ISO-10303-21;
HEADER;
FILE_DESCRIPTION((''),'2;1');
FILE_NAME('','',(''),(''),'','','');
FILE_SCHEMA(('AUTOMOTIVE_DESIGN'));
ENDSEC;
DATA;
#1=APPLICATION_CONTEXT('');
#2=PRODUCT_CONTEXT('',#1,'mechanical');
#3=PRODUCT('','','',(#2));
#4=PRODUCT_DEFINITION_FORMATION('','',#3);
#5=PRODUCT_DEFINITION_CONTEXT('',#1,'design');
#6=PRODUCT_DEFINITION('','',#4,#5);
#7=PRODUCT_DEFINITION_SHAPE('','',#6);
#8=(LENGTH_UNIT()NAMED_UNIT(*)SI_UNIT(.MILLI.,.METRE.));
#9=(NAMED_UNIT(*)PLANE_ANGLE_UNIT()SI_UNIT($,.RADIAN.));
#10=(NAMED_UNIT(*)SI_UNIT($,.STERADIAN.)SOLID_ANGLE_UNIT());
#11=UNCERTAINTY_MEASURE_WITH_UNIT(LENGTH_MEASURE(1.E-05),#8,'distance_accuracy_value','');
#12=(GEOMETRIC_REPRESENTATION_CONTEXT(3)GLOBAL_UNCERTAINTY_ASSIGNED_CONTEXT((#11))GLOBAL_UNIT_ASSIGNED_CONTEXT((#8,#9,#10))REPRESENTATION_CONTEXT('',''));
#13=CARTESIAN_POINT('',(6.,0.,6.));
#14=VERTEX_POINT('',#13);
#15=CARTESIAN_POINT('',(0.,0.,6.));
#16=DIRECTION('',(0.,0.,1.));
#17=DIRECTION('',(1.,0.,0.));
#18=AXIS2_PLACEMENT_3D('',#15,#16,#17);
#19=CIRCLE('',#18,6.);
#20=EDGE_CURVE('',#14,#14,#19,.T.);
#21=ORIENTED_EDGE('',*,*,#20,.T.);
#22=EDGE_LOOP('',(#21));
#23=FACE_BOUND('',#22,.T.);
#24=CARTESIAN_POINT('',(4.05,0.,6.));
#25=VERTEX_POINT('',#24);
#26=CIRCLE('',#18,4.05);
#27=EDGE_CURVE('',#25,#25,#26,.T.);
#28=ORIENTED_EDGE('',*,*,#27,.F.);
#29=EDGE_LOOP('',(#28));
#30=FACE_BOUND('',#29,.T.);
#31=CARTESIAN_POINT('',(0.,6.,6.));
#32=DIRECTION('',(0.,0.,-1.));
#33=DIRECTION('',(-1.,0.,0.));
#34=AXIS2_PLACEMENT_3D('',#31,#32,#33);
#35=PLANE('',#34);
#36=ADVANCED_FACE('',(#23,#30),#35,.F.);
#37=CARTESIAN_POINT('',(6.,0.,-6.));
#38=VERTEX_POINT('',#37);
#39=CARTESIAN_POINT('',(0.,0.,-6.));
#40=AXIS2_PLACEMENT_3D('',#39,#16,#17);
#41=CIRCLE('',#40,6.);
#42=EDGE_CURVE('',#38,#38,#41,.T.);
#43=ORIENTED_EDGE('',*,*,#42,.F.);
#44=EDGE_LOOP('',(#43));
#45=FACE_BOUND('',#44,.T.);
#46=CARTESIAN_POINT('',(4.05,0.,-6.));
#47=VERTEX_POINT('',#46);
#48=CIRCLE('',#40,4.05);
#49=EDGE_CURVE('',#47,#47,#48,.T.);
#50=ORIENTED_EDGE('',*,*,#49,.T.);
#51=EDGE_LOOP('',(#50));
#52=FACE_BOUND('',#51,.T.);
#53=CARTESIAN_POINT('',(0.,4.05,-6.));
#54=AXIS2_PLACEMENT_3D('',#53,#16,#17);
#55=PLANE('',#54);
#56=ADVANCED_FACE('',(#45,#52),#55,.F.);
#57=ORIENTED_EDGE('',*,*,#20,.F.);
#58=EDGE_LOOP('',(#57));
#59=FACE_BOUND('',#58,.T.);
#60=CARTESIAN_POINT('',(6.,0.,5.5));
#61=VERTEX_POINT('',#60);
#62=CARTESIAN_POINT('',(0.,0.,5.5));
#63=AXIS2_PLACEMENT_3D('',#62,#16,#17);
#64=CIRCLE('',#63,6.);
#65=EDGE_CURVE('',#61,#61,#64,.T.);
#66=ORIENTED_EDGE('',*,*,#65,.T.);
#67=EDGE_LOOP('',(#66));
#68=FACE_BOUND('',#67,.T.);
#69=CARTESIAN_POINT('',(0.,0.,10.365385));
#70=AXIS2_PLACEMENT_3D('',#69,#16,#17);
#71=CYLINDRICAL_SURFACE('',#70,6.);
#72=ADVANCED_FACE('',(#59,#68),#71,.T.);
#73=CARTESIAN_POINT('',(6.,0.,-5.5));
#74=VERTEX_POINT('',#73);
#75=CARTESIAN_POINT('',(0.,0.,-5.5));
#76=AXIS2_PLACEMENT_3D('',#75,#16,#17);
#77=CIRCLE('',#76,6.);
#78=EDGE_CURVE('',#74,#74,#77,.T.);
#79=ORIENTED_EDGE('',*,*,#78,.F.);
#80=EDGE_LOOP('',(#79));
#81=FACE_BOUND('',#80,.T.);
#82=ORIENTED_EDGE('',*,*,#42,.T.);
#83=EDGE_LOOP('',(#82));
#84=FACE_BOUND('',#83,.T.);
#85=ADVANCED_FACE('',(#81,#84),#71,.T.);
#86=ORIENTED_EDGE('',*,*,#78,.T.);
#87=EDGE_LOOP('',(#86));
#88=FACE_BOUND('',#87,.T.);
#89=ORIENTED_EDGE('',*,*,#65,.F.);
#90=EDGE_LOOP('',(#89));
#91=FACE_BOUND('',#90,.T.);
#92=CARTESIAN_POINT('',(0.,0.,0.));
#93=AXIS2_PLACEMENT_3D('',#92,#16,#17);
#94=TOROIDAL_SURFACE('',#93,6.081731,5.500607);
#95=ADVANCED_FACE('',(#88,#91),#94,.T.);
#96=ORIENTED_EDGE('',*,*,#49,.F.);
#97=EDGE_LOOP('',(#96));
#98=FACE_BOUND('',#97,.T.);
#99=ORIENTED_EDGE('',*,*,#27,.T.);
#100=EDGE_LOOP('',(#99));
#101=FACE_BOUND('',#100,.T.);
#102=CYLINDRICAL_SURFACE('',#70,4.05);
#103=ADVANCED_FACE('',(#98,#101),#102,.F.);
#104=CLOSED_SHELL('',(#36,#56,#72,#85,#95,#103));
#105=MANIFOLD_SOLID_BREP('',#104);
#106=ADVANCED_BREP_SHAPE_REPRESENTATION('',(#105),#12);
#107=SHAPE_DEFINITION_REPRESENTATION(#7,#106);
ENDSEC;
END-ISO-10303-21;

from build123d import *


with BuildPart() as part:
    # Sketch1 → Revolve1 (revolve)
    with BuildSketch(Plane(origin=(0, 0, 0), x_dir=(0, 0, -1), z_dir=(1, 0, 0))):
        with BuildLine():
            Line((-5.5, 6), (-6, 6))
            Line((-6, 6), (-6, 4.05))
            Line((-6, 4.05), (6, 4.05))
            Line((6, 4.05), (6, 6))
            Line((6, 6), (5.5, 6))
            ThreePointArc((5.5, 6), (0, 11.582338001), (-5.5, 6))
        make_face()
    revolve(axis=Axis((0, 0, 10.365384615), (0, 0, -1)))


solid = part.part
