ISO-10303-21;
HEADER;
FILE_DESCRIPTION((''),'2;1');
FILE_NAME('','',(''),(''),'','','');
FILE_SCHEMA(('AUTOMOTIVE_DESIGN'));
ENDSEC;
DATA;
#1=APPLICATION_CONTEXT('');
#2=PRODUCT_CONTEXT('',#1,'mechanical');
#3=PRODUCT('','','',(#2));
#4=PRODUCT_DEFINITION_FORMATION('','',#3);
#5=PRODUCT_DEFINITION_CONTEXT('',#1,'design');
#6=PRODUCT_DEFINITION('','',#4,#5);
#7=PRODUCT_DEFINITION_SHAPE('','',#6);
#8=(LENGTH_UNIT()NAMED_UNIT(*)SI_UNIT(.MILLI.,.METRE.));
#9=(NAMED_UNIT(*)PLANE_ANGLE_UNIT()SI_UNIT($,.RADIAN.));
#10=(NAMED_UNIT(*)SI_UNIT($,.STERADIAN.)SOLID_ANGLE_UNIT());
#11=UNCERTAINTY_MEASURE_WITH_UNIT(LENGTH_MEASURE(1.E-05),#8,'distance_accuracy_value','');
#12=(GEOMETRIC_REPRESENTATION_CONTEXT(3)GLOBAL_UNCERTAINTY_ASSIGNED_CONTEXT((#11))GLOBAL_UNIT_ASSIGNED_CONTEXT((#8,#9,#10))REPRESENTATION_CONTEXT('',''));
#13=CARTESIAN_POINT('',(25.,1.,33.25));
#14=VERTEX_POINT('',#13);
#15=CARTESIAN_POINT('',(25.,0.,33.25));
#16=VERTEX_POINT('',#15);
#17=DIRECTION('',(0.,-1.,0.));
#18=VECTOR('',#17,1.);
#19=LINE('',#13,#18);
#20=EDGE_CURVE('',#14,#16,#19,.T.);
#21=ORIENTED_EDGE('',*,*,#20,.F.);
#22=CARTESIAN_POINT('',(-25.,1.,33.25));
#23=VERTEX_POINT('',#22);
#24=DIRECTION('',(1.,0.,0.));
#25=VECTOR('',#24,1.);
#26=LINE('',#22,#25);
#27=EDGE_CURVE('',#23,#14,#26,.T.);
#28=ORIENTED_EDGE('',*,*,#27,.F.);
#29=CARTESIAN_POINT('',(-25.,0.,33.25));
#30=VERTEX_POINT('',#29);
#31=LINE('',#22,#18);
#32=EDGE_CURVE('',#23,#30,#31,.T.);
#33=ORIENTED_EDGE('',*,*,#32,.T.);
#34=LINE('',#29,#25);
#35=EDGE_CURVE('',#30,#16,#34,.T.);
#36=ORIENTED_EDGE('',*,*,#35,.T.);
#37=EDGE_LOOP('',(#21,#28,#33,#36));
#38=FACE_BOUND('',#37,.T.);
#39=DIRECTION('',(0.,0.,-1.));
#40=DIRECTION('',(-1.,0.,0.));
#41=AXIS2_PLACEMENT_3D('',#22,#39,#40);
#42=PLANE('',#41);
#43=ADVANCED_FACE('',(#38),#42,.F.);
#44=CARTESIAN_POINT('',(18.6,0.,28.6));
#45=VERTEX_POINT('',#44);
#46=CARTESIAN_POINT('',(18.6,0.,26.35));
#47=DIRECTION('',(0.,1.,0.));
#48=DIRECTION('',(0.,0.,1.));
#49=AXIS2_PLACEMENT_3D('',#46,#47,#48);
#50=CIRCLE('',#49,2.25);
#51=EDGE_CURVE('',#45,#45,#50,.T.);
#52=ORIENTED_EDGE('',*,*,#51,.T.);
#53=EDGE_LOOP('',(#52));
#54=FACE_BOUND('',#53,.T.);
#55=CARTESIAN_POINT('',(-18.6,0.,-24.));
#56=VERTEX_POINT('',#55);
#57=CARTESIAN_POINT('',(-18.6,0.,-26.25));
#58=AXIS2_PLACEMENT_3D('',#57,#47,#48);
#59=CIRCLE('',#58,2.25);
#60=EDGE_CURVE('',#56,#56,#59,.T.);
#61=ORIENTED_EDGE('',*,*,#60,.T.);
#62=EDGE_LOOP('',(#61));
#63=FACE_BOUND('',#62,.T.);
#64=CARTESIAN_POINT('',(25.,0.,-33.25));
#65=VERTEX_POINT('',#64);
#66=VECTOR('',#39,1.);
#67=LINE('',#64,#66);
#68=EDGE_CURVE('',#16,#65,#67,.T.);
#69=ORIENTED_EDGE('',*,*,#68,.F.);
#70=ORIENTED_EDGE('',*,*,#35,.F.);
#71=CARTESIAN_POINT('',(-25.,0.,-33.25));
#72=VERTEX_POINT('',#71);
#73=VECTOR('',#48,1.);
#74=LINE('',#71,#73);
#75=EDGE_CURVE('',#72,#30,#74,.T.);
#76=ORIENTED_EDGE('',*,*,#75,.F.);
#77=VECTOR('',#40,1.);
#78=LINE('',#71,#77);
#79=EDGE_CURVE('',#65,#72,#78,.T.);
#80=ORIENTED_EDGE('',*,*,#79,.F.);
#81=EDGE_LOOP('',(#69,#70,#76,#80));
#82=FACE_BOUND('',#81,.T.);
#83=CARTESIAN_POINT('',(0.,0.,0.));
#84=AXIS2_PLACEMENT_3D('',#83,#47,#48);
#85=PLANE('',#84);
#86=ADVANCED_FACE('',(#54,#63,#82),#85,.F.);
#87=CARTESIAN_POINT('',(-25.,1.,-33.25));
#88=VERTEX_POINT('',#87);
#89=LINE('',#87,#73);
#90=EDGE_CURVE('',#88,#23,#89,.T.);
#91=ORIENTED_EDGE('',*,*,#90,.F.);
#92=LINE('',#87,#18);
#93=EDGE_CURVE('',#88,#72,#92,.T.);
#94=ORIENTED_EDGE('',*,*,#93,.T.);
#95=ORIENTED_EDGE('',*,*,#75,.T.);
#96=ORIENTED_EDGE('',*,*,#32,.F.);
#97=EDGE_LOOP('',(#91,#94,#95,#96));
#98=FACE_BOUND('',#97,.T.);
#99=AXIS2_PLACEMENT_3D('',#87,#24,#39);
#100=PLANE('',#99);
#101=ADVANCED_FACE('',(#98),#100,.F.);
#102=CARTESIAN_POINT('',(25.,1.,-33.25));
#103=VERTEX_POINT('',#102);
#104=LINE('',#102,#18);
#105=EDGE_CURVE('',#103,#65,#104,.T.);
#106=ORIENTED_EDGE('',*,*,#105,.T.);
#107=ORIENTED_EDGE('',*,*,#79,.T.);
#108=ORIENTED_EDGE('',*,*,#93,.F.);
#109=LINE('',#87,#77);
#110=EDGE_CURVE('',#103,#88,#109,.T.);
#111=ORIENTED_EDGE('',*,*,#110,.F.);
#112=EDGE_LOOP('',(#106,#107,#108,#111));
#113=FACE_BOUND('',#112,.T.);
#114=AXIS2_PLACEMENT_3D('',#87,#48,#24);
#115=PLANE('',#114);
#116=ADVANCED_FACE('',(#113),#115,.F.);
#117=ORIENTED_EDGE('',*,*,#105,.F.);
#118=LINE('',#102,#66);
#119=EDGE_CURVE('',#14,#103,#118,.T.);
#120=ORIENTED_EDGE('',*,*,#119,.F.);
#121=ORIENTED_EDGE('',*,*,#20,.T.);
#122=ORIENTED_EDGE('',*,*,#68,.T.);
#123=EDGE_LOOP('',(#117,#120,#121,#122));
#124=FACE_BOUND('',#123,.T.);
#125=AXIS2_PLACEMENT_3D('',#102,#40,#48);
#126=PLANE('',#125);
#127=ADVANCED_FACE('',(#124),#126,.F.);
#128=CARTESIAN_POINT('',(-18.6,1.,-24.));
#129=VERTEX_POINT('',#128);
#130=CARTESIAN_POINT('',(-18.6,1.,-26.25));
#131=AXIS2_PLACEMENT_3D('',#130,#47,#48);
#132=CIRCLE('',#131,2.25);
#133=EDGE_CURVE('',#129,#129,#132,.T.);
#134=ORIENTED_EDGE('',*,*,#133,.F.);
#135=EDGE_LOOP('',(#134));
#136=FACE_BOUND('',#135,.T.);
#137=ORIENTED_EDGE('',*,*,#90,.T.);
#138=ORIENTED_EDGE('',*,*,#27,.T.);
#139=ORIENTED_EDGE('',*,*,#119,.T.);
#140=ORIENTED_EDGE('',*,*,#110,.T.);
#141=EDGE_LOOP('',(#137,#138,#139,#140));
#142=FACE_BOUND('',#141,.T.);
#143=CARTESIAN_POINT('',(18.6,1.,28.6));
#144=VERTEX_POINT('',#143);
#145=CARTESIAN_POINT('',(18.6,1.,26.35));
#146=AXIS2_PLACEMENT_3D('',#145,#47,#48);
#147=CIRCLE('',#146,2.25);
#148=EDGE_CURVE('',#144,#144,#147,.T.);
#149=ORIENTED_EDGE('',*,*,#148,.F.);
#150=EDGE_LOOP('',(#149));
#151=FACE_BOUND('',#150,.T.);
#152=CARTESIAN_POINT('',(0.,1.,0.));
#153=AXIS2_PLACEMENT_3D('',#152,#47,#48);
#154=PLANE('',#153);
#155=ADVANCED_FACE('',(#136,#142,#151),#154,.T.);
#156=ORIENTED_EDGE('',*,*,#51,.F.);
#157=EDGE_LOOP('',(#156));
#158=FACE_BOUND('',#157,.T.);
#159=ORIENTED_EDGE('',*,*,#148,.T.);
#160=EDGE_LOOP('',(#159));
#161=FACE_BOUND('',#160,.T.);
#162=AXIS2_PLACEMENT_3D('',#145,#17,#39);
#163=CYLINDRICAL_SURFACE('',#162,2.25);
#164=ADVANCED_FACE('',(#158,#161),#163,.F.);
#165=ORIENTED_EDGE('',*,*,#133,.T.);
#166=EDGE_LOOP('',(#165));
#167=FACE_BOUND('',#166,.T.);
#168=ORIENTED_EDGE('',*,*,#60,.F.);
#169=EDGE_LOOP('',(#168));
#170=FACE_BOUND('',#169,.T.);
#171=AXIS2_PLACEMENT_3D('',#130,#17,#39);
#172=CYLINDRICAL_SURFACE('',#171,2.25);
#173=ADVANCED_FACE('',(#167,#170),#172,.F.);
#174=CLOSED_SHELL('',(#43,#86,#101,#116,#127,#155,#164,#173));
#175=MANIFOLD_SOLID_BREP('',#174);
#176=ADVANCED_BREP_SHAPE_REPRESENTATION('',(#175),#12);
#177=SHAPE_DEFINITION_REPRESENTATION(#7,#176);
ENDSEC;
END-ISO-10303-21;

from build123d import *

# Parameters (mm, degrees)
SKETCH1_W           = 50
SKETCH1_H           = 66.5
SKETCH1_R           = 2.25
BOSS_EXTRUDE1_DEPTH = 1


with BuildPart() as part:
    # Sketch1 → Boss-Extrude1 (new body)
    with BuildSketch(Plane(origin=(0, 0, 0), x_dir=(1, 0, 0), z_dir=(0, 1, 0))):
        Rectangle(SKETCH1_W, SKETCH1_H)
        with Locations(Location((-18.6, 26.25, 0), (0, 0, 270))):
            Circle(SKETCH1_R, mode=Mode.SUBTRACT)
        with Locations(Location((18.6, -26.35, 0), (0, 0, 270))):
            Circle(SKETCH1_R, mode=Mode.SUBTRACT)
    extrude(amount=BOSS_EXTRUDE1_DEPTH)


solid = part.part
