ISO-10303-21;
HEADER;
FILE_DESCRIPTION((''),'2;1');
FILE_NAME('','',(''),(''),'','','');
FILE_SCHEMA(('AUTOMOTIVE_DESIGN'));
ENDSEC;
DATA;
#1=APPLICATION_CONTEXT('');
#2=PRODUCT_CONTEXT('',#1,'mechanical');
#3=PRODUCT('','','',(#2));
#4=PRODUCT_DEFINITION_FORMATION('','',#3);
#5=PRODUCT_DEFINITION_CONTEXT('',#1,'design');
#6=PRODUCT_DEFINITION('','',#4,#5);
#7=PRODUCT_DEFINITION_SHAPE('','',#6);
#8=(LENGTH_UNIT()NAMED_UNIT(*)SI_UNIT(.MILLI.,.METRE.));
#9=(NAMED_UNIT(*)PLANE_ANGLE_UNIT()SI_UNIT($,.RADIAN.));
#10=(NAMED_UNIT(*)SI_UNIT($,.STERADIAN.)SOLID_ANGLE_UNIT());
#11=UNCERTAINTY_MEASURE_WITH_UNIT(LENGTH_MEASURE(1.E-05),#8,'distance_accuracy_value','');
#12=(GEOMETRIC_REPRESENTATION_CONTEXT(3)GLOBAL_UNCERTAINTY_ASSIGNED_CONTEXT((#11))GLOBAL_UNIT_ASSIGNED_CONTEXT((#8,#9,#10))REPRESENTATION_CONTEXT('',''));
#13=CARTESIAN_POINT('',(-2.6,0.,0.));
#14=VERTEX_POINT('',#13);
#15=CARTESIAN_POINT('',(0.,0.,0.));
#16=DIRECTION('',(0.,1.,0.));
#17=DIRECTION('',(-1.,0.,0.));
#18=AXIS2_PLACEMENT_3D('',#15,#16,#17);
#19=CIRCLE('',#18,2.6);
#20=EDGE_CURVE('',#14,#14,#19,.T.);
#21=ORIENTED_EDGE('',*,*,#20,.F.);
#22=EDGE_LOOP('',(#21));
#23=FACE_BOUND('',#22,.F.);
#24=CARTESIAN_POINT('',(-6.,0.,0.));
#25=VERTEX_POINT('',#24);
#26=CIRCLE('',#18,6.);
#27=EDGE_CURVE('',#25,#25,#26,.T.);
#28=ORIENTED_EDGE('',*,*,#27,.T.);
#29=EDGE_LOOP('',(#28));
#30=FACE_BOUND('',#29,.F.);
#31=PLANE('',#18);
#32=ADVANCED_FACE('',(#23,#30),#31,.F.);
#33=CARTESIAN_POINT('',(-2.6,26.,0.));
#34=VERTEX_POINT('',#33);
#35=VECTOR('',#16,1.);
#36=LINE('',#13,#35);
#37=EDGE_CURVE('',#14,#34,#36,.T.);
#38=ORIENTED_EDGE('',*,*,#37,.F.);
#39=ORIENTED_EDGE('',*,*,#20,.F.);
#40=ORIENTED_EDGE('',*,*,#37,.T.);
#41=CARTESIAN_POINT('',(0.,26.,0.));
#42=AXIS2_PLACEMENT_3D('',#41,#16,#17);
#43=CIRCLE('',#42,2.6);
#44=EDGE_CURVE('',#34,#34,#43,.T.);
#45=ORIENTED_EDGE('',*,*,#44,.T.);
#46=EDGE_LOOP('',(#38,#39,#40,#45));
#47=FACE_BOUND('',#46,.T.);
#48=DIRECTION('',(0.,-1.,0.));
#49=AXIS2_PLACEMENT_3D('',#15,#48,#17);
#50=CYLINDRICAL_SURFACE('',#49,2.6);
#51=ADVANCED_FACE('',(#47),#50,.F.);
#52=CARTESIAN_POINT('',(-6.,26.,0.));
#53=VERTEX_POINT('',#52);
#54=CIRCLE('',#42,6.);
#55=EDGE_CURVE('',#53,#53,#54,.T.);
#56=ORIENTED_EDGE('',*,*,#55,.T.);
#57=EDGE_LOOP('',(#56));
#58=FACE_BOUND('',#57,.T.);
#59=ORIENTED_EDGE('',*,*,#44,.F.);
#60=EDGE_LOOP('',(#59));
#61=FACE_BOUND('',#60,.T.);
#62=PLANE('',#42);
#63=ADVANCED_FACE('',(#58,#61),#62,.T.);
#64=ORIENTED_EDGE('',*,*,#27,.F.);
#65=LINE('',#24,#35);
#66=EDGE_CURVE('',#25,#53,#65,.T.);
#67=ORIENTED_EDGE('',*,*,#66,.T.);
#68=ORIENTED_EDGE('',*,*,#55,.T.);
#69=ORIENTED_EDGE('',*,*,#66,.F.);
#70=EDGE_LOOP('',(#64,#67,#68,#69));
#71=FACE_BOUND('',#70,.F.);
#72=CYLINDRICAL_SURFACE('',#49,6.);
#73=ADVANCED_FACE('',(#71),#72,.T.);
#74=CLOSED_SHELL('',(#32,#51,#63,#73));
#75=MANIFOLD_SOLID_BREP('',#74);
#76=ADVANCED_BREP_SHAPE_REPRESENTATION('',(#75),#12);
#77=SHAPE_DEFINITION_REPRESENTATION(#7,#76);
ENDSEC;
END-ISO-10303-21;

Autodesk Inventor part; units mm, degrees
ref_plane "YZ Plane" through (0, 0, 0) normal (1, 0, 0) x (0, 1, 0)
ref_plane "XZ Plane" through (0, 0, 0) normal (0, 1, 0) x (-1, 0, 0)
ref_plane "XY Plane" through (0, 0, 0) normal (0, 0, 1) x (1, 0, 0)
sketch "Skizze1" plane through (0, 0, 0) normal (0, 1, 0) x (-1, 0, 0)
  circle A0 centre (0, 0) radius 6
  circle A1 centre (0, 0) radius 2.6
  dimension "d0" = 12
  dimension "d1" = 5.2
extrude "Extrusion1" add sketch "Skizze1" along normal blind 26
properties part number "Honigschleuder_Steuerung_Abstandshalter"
----
• [Directions for this task] Considering only the material above, set down every line from the one with "#52=ORIENTED_EDGE('',*,*,#51,.T.);" to the one with "#87=CARTESIAN_POINT('',(-25.,1.,-33.25));", inclusive, exactly as written.

• [Exercise result]
#52=ORIENTED_EDGE('',*,*,#51,.T.);
#53=EDGE_LOOP('',(#52));
#54=FACE_BOUND('',#53,.T.);
#55=CARTESIAN_POINT('',(-18.6,0.,-24.));
#56=VERTEX_POINT('',#55);
#57=CARTESIAN_POINT('',(-18.6,0.,-26.25));
#58=AXIS2_PLACEMENT_3D('',#57,#47,#48);
#59=CIRCLE('',#58,2.25);
#60=EDGE_CURVE('',#56,#56,#59,.T.);
#61=ORIENTED_EDGE('',*,*,#60,.T.);
#62=EDGE_LOOP('',(#61));
#63=FACE_BOUND('',#62,.T.);
#64=CARTESIAN_POINT('',(25.,0.,-33.25));
#65=VERTEX_POINT('',#64);
#66=VECTOR('',#39,1.);
#67=LINE('',#64,#66);
#68=EDGE_CURVE('',#16,#65,#67,.T.);
#69=ORIENTED_EDGE('',*,*,#68,.F.);
#70=ORIENTED_EDGE('',*,*,#35,.F.);
#71=CARTESIAN_POINT('',(-25.,0.,-33.25));
#72=VERTEX_POINT('',#71);
#73=VECTOR('',#48,1.);
#74=LINE('',#71,#73);
#75=EDGE_CURVE('',#72,#30,#74,.T.);
#76=ORIENTED_EDGE('',*,*,#75,.F.);
#77=VECTOR('',#40,1.);
#78=LINE('',#71,#77);
#79=EDGE_CURVE('',#65,#72,#78,.T.);
#80=ORIENTED_EDGE('',*,*,#79,.F.);
#81=EDGE_LOOP('',(#69,#70,#76,#80));
#82=FACE_BOUND('',#81,.T.);
#83=CARTESIAN_POINT('',(0.,0.,0.));
#84=AXIS2_PLACEMENT_3D('',#83,#47,#48);
#85=PLANE('',#84);
#86=ADVANCED_FACE('',(#54,#63,#82),#85,.F.);
#87=CARTESIAN_POINT('',(-25.,1.,-33.25));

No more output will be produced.